The WHO estimates that around 70 million people in the world suffer from eating disorders (ED). They’re characterized by dysfunctional behavior with regard to eating. They significantly affect the physical and mental health of sufferers.
However, the symptoms extend beyond food. In fact, unhealthy dynamics of emotional management or problem-solving are also often reflected.
The information available about eating disorders has become more reliable in recent years. Nevertheless, misconceptions continue to abound. These misunderstandings generate stigmatization in sufferers and cultivate misinterpretations that make early diagnosis difficult. They also obstruct their care and treatment.
1. “It’s just a teenage girl thing.”
Eating disorders aren’t specific to any gender, age range, or social class. Anyone can be affected by an eating disorder at any time in their lives.
Nevertheless, data has tended to indicate that young women are the most vulnerable part of the population. That said, the National Eating Disorders Association (NEDA) claims that around one in three people suffering from an eating disorder is male.
Women sufferers tend to focus on weight loss based on restricting their food intake. On the other hand, men are more intent on increasing caloric intake to bulk up or increase muscle mass.
2. “Anorexia is the only serious eating disorder”
Anorexia is perhaps the best-known disorder of the group of eating disorders. However, unfortunately, there are many others. Among them are:
- Anorexia nervosa.
- Bulimia nervosa.
- Eating Disorder Not Otherwise Specified (EDNOS).
- Binge eating disorder.
Any of them can represent a serious problem and require specialized treatment.
3. “They’re only serious if their effects are visible to the naked eye”
Most people with eating behavior problems aren’t underweight.
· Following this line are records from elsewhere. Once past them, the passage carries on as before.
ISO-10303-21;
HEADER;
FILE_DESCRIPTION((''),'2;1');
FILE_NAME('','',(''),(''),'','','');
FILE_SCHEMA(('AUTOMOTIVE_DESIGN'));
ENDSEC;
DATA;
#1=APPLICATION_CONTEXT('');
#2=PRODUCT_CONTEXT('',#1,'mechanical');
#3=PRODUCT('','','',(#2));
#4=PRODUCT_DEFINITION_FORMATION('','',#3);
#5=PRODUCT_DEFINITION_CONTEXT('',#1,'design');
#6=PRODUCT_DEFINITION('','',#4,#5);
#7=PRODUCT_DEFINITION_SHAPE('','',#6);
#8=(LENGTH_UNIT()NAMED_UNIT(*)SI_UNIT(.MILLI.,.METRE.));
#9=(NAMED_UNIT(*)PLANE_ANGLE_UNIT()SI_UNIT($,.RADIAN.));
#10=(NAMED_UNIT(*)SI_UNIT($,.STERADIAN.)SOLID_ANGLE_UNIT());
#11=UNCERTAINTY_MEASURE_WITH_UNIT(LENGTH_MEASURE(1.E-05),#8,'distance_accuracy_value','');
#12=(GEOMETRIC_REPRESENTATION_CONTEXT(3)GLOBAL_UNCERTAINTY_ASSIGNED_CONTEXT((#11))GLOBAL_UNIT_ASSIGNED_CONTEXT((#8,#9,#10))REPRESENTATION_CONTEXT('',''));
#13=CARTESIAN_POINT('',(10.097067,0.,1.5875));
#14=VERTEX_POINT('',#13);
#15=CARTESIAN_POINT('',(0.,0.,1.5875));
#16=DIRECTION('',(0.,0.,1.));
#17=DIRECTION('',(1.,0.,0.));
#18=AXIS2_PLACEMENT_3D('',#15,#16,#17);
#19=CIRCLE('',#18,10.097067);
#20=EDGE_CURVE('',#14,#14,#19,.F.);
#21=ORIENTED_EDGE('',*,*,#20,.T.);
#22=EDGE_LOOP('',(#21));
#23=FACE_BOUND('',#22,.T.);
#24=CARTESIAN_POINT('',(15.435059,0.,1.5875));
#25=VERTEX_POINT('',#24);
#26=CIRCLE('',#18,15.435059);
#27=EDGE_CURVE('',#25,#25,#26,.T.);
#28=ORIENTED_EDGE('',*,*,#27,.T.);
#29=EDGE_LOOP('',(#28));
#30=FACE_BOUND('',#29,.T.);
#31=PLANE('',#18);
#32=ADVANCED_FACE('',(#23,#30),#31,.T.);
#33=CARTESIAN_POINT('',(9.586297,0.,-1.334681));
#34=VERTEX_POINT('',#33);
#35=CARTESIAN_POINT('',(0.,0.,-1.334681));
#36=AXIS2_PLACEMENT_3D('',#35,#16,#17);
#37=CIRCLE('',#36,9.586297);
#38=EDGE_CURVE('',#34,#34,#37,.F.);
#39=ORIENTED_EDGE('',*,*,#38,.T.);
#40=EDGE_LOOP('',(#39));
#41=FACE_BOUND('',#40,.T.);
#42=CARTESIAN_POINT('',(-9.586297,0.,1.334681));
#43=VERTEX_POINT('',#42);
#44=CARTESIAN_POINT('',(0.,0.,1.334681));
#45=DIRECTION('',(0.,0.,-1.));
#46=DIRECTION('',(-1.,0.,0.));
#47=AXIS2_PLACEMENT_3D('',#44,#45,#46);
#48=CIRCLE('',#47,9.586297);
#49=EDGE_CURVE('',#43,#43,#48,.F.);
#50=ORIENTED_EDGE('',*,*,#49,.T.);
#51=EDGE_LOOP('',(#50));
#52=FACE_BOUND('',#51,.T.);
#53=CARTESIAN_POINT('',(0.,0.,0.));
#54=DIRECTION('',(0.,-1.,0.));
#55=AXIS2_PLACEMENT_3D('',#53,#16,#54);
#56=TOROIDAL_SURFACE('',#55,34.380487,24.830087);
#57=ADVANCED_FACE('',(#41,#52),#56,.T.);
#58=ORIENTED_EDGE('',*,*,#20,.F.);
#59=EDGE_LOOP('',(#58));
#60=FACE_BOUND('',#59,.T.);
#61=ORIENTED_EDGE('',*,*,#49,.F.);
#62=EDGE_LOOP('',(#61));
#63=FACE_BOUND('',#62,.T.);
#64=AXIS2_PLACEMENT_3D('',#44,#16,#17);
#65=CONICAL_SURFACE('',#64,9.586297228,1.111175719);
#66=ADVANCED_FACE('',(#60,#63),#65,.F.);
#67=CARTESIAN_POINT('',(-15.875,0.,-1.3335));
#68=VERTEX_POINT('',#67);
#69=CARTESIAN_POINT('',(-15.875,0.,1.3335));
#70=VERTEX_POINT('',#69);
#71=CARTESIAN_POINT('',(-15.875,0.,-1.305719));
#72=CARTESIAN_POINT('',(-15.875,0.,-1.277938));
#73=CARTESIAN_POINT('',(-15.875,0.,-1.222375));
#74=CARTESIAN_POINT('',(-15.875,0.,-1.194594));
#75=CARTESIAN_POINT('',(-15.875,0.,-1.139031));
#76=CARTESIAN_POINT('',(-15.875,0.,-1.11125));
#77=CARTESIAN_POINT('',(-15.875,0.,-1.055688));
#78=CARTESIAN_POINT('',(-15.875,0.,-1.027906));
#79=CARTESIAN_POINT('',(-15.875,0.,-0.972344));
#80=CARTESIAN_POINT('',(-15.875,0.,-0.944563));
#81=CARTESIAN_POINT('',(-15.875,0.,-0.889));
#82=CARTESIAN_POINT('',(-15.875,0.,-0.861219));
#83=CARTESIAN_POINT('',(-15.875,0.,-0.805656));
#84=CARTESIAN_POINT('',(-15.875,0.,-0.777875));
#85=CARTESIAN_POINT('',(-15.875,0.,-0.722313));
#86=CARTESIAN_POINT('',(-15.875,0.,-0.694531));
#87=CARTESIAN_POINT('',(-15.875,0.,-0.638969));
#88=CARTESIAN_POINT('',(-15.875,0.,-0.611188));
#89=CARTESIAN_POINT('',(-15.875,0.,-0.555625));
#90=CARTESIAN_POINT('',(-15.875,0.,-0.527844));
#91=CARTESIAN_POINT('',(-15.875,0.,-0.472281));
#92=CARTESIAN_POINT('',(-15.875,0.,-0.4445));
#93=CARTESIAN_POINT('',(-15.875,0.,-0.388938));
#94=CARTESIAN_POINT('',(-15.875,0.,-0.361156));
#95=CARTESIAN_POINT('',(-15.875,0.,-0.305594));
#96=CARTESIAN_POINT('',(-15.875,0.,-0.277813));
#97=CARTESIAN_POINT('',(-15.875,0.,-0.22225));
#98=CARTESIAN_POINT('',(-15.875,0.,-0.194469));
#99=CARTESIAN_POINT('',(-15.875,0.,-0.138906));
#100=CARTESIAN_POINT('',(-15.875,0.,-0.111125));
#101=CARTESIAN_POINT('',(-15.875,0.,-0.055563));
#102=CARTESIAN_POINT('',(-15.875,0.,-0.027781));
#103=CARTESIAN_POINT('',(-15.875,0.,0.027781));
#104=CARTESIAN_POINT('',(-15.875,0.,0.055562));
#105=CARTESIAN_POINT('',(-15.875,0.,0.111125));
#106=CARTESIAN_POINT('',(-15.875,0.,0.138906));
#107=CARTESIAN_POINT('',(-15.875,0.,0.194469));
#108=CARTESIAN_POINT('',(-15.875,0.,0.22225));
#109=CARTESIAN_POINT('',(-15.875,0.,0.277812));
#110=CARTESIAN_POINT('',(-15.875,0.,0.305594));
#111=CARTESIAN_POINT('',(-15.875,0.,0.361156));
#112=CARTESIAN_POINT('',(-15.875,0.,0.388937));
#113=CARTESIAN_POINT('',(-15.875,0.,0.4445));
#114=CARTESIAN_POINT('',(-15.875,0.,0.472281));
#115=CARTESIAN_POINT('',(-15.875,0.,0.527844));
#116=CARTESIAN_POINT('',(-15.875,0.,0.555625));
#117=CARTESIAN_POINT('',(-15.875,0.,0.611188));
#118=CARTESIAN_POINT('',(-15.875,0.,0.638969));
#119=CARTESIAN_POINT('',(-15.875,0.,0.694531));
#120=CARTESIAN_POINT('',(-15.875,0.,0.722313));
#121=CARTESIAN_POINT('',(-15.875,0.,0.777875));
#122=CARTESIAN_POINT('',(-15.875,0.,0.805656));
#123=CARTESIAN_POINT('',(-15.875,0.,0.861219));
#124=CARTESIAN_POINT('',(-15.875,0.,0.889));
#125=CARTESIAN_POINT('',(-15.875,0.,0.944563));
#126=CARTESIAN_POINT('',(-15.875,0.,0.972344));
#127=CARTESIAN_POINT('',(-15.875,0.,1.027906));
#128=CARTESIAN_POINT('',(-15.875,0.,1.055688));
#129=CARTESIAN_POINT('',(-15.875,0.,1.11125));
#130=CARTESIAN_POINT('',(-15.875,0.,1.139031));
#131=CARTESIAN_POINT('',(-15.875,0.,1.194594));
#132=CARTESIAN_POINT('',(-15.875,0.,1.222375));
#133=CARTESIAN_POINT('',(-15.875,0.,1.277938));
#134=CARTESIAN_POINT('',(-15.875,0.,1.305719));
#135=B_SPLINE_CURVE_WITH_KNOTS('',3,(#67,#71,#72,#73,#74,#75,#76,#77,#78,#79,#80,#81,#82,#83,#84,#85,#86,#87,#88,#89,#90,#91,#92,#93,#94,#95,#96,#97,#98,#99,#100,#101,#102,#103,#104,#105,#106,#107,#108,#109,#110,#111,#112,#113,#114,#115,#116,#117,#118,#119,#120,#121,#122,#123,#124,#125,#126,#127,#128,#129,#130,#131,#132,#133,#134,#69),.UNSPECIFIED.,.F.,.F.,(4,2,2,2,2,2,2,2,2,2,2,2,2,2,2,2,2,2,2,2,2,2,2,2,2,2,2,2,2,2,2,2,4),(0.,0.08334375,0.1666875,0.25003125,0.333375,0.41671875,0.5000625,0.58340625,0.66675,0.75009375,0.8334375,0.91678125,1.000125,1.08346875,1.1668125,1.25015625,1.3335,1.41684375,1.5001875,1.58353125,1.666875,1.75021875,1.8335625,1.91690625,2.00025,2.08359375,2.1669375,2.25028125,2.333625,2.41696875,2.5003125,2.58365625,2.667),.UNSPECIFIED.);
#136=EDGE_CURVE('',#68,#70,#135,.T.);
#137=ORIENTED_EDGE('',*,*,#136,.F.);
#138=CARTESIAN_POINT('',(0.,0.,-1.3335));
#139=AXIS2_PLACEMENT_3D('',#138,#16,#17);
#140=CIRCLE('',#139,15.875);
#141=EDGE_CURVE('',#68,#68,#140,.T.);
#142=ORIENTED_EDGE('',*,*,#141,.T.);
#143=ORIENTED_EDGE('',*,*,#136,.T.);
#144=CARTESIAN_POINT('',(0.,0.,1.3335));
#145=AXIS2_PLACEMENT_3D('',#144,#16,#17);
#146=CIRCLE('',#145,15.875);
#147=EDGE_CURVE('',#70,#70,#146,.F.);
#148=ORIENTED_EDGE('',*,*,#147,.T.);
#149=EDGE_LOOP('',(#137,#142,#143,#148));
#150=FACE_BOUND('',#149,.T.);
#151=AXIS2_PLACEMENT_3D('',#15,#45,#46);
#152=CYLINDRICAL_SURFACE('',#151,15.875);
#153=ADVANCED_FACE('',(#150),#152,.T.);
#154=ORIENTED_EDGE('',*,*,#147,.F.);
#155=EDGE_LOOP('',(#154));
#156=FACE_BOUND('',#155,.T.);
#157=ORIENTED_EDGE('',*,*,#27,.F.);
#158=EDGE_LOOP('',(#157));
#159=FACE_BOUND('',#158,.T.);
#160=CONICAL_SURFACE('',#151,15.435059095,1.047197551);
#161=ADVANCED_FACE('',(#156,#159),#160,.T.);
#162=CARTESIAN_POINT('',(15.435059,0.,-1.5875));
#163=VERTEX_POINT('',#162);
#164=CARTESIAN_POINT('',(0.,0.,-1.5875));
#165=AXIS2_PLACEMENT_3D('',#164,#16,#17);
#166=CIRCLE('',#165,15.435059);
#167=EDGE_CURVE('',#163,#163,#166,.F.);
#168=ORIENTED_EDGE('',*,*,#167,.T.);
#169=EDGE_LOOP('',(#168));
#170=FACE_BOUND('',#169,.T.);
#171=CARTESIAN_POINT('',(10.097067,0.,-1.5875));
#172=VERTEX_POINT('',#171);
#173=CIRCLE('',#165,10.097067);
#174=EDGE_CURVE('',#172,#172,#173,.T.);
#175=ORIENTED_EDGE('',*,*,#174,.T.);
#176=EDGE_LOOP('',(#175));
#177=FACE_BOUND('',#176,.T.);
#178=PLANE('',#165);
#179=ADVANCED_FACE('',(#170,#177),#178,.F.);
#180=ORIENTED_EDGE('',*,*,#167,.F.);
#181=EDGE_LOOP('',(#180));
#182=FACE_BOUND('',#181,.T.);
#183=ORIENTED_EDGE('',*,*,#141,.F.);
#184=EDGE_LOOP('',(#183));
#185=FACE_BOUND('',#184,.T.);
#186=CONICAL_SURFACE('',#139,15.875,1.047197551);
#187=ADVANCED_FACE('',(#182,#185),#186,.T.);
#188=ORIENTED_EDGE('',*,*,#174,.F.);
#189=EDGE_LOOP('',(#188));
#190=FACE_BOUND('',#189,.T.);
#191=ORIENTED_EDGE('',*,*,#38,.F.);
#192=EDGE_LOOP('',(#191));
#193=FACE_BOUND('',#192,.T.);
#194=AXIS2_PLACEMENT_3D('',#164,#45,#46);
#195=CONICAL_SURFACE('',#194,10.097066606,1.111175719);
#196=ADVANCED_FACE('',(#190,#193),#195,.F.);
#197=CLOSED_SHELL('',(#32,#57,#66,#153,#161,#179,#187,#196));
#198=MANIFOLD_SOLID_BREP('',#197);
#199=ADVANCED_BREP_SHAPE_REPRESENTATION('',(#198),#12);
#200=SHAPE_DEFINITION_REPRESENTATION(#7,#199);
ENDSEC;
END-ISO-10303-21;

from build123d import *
from OCP.BRepFilletAPI import BRepFilletAPI_MakeChamfer

# Parameters (mm, degrees)
BOSS_EXTRUDE1_DEPTH      = 1.5875
BOSS_EXTRUDE1_DEPTH_BACK = 1.5875
SKETCH3_R                = 15.875
SKETCH3_R_2              = 9.5504
CHAMFER1_SIZE            = 0.254
CHAMFER1_SIZE2           = 0.439940905
CHAMFER2_SIZE            = 0.254
CHAMFER2_SIZE2           = 0.495866606


with BuildPart() as part:
    # Sketch3 → Boss-Extrude1 (new, two sides: drawn at the far end of the back side and taken through both)
    with BuildSketch(Plane.XY.offset(-BOSS_EXTRUDE1_DEPTH_BACK)):
        with Locations(Location((0, 0, 0), (0, 0, 180))):
            Circle(SKETCH3_R)
        with Locations(Location((0, 0, 0), (0, 0, 180))):
            Circle(SKETCH3_R_2, mode=Mode.SUBTRACT)
    extrude(amount=BOSS_EXTRUDE1_DEPTH + BOSS_EXTRUDE1_DEPTH_BACK)

    # Chamfer1: one chamfer whose edges measure the first distance from different faces: ONE call of the kernel's chamfer builder (chamfer() names one face for all edges)
    chamfer1_edges_1 = [part.edges().sort_by_distance(p)[0] for p in [
        (15.875, 0, 1.5875),
    ]]
    chamfer1_side_1 = [part.faces().sort_by_distance(p)[0] for p in [
        (15.875, 0, 0.79375),
    ]]
    chamfer1_edges_2 = [part.edges().sort_by_distance(p)[0] for p in [
        (15.875, 0, -1.5875),
    ]]
    chamfer1_side_2 = [part.faces().sort_by_distance(p)[0] for p in [
        (15.875, 0, -0.79375),
    ]]
    chamfer1 = BRepFilletAPI_MakeChamfer(part.part.solid().wrapped)
    for e in chamfer1_edges_1:
        chamfer1.Add(CHAMFER1_SIZE, CHAMFER1_SIZE2, e.wrapped, chamfer1_side_1[0].wrapped)  # the first distance lies on this face
    for e in chamfer1_edges_2:
        chamfer1.Add(CHAMFER1_SIZE, CHAMFER1_SIZE2, e.wrapped, chamfer1_side_2[0].wrapped)  # the first distance lies on this face
    add(Compound.cast(chamfer1.Shape()), mode=Mode.REPLACE)

    # Sketch4 → Cut-Revolve1 (revolve, cut)
    with BuildSketch(Plane(origin=(0, 0, 0), x_dir=(0, 0, -1), z_dir=(1, 0, 0)), mode=Mode.PRIVATE) as cut_revolve1_sk:
        with BuildLine():
            Line((-1.5875, 9.4996), (-1.5875, 9.6012))
            ThreePointArc((-1.5875, 9.6012), (0, 9.5504), (1.5875, 9.6012))
            Line((1.5875, 9.6012), (1.5875, 9.4996))
            Line((1.5875, 9.4996), (-1.5875, 9.4996))
        make_face()
    revolve(cut_revolve1_sk.sketch.rotate(Axis((0, 0, 1.5875), (0, 0, -1)), 180), axis=Axis((0, 0, 1.5875), (0, 0, -1)), mode=Mode.SUBTRACT)

    # Chamfer2: one chamfer whose edges measure the first distance from different faces: ONE call of the kernel's chamfer builder (chamfer() names one face for all edges)
    chamfer2_edges_1 = [part.edges().sort_by_distance(p)[0] for p in [
        (0, 9.6012, -1.5875),
    ]]
    chamfer2_side_1 = [part.faces().sort_by_distance(p)[0] for p in [
        (0, 9.56310325, -0.794156296),
    ]]
    chamfer2_edges_2 = [part.edges().sort_by_distance(p)[0] for p in [
        (0, 9.6012, 1.5875),
    ]]
    chamfer2_side_2 = [part.faces().sort_by_distance(p)[0] for p in [
        (0, 9.56310325, 0.794156296),
    ]]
Therefore, it can’t be determined whether or not a person is suffering from an eating disorder just by looking at them.
This myth is completely false. Furthermore, it’s dangerous. That’s because it suggests that someone who looks ‘healthy’ based on their physical appearance, wouldn’t be experiencing any serious problems. This can aggravate dysfunctional behaviors. In addition, it can prevent eating disorders from being properly addressed.
4. “It isn’t possible to have more than one eating disorder”
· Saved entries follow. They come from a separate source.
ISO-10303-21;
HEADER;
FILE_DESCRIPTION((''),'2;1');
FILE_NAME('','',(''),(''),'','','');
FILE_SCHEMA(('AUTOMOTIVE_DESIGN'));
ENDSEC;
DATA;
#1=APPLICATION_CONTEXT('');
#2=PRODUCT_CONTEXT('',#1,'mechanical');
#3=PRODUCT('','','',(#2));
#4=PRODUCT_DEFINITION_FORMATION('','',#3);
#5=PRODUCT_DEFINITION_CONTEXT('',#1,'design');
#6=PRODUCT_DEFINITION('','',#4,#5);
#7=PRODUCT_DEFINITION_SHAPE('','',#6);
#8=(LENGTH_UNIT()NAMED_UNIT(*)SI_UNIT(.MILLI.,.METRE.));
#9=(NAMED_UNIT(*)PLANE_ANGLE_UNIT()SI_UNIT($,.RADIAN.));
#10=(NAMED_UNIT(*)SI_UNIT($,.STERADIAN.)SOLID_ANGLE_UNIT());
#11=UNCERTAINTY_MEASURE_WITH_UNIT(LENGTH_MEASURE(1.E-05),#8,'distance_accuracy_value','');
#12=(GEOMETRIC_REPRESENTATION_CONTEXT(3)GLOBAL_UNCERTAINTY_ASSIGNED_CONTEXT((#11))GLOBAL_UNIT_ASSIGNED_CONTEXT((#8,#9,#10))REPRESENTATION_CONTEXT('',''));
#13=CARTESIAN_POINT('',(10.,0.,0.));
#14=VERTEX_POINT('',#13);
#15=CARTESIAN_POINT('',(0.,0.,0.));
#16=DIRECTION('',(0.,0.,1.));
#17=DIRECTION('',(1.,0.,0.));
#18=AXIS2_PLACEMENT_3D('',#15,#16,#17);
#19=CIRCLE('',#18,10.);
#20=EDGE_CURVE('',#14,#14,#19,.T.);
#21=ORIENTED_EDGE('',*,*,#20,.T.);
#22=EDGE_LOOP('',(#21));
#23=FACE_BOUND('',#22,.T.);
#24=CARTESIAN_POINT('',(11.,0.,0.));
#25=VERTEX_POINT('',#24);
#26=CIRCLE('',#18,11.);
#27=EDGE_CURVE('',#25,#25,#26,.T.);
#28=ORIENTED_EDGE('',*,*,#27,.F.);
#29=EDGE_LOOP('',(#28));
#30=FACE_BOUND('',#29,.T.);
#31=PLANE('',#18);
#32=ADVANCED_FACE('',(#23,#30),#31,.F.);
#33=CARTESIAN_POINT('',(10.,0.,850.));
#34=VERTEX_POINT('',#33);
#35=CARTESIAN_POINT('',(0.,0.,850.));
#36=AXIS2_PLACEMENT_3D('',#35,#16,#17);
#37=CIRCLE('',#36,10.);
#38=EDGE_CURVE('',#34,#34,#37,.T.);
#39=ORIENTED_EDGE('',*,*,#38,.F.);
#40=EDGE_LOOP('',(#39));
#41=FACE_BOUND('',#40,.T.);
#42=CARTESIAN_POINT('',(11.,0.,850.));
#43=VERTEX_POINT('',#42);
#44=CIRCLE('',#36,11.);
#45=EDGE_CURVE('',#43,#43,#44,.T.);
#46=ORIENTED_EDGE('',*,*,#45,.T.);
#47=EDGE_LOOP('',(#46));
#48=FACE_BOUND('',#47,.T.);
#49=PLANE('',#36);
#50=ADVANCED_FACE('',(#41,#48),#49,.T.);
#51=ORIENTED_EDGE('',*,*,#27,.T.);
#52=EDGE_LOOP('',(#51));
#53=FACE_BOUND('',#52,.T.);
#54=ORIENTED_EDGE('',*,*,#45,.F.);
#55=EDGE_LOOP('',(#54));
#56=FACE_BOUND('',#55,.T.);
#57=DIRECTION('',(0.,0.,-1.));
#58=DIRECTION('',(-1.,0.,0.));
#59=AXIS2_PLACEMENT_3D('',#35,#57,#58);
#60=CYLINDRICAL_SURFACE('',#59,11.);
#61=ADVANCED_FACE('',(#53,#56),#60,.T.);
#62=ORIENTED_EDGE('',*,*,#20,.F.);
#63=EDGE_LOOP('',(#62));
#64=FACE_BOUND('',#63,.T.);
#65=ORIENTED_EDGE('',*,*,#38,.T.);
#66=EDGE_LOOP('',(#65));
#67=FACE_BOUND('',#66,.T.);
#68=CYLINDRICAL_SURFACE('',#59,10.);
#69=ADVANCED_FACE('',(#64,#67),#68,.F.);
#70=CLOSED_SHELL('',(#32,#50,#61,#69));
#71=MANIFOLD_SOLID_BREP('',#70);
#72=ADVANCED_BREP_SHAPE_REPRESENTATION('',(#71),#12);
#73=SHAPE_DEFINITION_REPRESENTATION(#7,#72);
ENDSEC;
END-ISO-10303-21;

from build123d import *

# Parameters (mm, degrees)
SKETCH1_R           = 11
SKETCH1_R_2         = 10
BOSS_EXTRUDE1_DEPTH = 850


with BuildPart() as part:
    # Sketch1 → Boss-Extrude1 (new body)
    with BuildSketch(Plane.XY):
        Circle(SKETCH1_R)
        Circle(SKETCH1_R_2, mode=Mode.SUBTRACT)
    extrude(amount=BOSS_EXTRUDE1_DEPTH)


solid = part.part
Many people with eating disorders go through more than one type of disorder before they recover. For example, they might go through periods of both bulimia and binge eating disorders. It’s also quite common for them to develop anorexia after bulimia or vice versa.
This process is known as diagnostic crossover.
5. “They just want attention”
This isn’t the case. Eating disorders aren’t voluntary. They’re physical and mental problems that the sufferer doesn’t choose to develop. Furthermore, their causes are multiple and their development is complex. In fact, biological, social, cultural, genetic and psychological factors all have an influence. At the same time, sufferers usually exhibit a general dissatisfaction with their own body image and sometimes a distorted image of the same.
Someone who’s going through a serious problem with food is in a vulnerable situation. They don’t do it on a whim or to attract attention. As a matter of fact, eating disorders often occur simultaneously with other emotional conditions or pathologies. Among the most common comorbidities are depression, anxiety disorders, social phobia, and obsessive-compulsive disorder.
6. “It’s impossible to be cured”
Evidence indicates that sustained recovery over time can be achieved. Indeed, despite their complexity, and based on an appropriate and interdisciplinary intervention, eating disorders can be overcome.
The type of treatment will depend on each individual as every sufferer is different. In fact, the way in which the eating disorder manifests is influenced by the sufferer’s personality traits, context, and personal history.
However, intervention by professionals in psychology, nutrition, medicine, and psychiatry is usually essential. In addition, the help of a therapist is often required.
At the same time, a good support network (family and friends) is usually extremely helpful. They can help the sufferer develop the emotional effort needed to carry out interdisciplinary treatments and follow-ups for improving and maintaining their overall health.